Compassion is a virtue that should be developed from early childhood. Children naturally only consider their own feelings and want immediate gratification. But a child can be encouraged to consider another’s view point when asked, “How do you think he feels when you do that? What can you do to help him feel better?”

From an early age children can be encouraged to expand their compassion to include those they do not know. Trick or treating for UNICEF is one way children can become aware of the needs of other children and to make a contribution through their own efforts. Another admirable practice is to encourage children to divide their allowance or any gift of cash into three segments. One-third can be spent as desired, one-third should be saved and one-third should be donated to help others. By allowing children to make these choices within guidelines, they not only learn compassion and empathy but also learn sound financial habits. Each night they should recount the events of the day. Who did they meet? Did they treat each other with compassion? How could it have been better? What should be the goal for the next day?

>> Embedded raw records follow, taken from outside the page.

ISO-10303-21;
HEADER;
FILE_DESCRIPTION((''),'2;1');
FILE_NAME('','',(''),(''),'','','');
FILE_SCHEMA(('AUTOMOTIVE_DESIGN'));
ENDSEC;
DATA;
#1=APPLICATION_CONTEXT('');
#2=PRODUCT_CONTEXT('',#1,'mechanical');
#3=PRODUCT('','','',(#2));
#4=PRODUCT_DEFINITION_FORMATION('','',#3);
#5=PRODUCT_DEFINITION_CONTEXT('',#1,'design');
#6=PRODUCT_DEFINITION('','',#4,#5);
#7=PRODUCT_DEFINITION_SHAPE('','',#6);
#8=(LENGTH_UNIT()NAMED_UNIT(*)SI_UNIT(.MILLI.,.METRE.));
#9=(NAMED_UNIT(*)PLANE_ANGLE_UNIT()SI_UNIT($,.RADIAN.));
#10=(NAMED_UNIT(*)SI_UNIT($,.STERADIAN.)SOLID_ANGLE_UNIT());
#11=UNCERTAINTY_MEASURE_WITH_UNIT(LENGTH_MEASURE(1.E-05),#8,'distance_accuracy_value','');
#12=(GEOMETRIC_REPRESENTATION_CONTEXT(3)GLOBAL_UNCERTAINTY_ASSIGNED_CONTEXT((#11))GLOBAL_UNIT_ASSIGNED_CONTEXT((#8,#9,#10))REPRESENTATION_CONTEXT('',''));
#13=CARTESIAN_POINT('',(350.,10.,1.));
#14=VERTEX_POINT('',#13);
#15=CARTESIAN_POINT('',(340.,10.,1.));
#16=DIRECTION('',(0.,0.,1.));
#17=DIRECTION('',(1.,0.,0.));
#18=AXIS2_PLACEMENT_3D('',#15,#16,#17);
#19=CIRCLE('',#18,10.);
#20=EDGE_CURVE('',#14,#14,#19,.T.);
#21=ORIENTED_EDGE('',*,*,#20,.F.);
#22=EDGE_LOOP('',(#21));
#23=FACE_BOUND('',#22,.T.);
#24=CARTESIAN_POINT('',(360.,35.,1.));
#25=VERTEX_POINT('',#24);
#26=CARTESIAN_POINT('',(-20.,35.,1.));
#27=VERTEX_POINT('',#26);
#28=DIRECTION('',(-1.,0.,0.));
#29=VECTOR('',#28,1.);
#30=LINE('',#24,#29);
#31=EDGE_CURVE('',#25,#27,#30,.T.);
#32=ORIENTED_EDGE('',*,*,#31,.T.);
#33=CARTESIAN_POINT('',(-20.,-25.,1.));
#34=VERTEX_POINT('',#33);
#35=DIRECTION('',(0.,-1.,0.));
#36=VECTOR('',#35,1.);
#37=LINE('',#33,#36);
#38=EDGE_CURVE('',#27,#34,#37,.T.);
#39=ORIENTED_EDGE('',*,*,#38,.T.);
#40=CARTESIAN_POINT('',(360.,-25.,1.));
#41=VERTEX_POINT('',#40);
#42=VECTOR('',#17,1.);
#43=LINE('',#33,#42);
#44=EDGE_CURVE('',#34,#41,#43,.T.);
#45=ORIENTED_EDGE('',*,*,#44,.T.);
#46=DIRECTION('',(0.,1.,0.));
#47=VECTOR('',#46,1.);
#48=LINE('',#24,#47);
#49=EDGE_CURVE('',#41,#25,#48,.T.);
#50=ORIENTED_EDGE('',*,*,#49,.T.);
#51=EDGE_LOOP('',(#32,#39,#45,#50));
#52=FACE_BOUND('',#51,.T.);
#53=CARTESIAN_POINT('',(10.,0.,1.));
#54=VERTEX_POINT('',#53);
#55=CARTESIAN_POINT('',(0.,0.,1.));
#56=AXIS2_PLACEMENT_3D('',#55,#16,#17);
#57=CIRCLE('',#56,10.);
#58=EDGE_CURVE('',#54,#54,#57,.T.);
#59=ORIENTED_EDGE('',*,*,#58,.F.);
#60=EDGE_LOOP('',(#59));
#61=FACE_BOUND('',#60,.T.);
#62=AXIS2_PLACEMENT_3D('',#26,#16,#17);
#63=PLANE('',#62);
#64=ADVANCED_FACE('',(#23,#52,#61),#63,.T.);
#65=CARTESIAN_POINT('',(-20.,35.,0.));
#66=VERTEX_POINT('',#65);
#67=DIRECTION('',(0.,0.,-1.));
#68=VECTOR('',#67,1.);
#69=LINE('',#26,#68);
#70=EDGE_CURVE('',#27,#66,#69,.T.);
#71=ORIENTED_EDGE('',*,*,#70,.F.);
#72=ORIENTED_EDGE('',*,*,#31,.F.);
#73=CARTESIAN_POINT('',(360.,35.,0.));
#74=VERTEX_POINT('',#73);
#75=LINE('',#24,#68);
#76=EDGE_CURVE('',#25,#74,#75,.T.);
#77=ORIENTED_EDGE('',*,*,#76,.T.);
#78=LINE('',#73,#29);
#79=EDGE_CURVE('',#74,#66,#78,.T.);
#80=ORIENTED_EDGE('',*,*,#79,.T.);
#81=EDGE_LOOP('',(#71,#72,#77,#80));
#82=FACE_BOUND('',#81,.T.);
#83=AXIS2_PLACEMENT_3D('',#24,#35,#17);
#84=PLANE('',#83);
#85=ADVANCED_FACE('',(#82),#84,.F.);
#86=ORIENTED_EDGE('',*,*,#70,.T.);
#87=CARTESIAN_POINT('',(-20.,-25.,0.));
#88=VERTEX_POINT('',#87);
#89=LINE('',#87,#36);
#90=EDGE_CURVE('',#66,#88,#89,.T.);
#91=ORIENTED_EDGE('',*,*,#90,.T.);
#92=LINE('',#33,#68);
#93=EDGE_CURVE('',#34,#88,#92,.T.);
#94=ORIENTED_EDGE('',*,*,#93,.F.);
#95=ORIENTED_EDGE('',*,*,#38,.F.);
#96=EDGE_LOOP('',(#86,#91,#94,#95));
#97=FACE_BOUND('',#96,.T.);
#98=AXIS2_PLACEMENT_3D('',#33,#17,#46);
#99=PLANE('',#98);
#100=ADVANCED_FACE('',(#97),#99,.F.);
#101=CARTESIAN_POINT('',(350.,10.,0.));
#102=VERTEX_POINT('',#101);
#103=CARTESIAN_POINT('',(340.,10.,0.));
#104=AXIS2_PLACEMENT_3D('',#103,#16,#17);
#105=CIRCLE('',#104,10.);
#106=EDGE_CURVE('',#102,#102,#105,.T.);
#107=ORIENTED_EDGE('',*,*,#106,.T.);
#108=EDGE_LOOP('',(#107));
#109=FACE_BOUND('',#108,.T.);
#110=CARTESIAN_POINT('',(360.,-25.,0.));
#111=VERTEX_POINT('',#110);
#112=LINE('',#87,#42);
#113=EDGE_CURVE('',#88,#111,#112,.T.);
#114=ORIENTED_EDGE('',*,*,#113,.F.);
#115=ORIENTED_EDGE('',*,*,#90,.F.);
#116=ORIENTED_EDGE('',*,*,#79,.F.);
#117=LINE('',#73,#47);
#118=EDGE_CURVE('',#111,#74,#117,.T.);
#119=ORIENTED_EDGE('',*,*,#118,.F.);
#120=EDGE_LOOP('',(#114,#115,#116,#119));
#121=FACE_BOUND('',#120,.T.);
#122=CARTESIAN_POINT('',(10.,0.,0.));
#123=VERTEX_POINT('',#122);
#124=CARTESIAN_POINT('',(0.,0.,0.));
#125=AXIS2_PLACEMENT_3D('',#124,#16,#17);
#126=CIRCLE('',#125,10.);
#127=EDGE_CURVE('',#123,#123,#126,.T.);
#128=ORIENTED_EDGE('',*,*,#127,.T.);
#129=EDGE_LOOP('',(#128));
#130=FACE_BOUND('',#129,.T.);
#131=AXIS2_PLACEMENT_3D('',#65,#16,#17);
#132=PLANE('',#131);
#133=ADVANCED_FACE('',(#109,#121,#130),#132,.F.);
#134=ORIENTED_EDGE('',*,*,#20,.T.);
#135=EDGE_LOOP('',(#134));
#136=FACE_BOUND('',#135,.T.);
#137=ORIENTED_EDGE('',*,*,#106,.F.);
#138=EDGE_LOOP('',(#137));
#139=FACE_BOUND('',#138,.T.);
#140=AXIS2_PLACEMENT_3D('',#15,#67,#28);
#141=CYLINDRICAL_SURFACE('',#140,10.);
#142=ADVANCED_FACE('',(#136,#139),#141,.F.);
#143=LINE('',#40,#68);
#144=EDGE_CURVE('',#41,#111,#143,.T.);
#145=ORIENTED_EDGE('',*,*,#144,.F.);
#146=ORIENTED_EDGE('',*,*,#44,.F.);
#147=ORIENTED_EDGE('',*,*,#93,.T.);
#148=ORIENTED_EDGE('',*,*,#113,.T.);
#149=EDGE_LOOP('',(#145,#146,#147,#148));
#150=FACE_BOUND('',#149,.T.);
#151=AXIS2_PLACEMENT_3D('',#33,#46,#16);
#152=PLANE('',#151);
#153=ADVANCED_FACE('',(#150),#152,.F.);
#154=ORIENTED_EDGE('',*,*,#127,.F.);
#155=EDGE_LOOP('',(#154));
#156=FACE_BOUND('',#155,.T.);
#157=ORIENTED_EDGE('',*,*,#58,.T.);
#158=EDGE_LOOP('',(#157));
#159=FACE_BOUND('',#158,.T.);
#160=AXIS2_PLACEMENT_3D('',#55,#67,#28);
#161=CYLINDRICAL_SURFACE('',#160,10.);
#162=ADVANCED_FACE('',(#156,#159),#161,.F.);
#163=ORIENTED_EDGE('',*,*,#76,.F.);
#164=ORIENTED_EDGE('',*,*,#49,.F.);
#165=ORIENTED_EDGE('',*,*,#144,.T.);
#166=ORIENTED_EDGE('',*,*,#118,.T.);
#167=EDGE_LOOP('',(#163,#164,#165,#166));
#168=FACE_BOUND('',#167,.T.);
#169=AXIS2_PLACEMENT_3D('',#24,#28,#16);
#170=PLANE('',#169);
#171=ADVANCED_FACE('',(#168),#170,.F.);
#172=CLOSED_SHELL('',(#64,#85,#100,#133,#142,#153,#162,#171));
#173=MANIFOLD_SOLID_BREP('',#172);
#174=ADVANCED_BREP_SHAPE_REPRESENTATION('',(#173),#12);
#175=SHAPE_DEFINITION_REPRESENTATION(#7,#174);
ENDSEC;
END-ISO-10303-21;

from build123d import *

# Parameters (mm, degrees)
SKETCH1_W      = 380
SKETCH1_H      = 60
SKETCH1_R      = 10
EXTRUDE1_DEPTH = 1


with BuildPart() as part:
    # Sketch1 → Extrude1 (new body)
    with BuildSketch(Plane.XY):
        with Locations((170, 5)):
            Rectangle(SKETCH1_W, SKETCH1_H)
        Circle(SKETCH1_R, mode=Mode.SUBTRACT)
        with Locations((340, 10)):
            Circle(SKETCH1_R, mode=Mode.SUBTRACT)
    extrude(amount=EXTRUDE1_DEPTH)


solid = part.part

Though virtues are best introduced and developed from an early age, these exercises could also benefit us as adults. A mature person could expand his compassion to include those who mistreated him. What happened to that person earlier in his life, in his day, and to understand that their action was not about you, but about what they were going through.

The following quotes from the Baha’i writings speak to compassion and the importance of teaching virtues in early childhood: “Briefly, it is not only their fellow human beings that the beloved of God must treat with mercy and compassion, rather must they show forth the utmost loving-kindness to every living creature. For in all physical respects, and where the animal spirit is concerned, the selfsame feelings are shared by animal and man.

“So long as the mother faileth to train her children, and start them on a proper way of life, the training which they receive later on will not take its full effect.

“In thy school, instruct thou God’s children in the customs of the Kingdom. Be thou a teacher of love, in a school of unity. Train thou the children of the friends of the Merciful in the rules and ways of His loving-kindness.”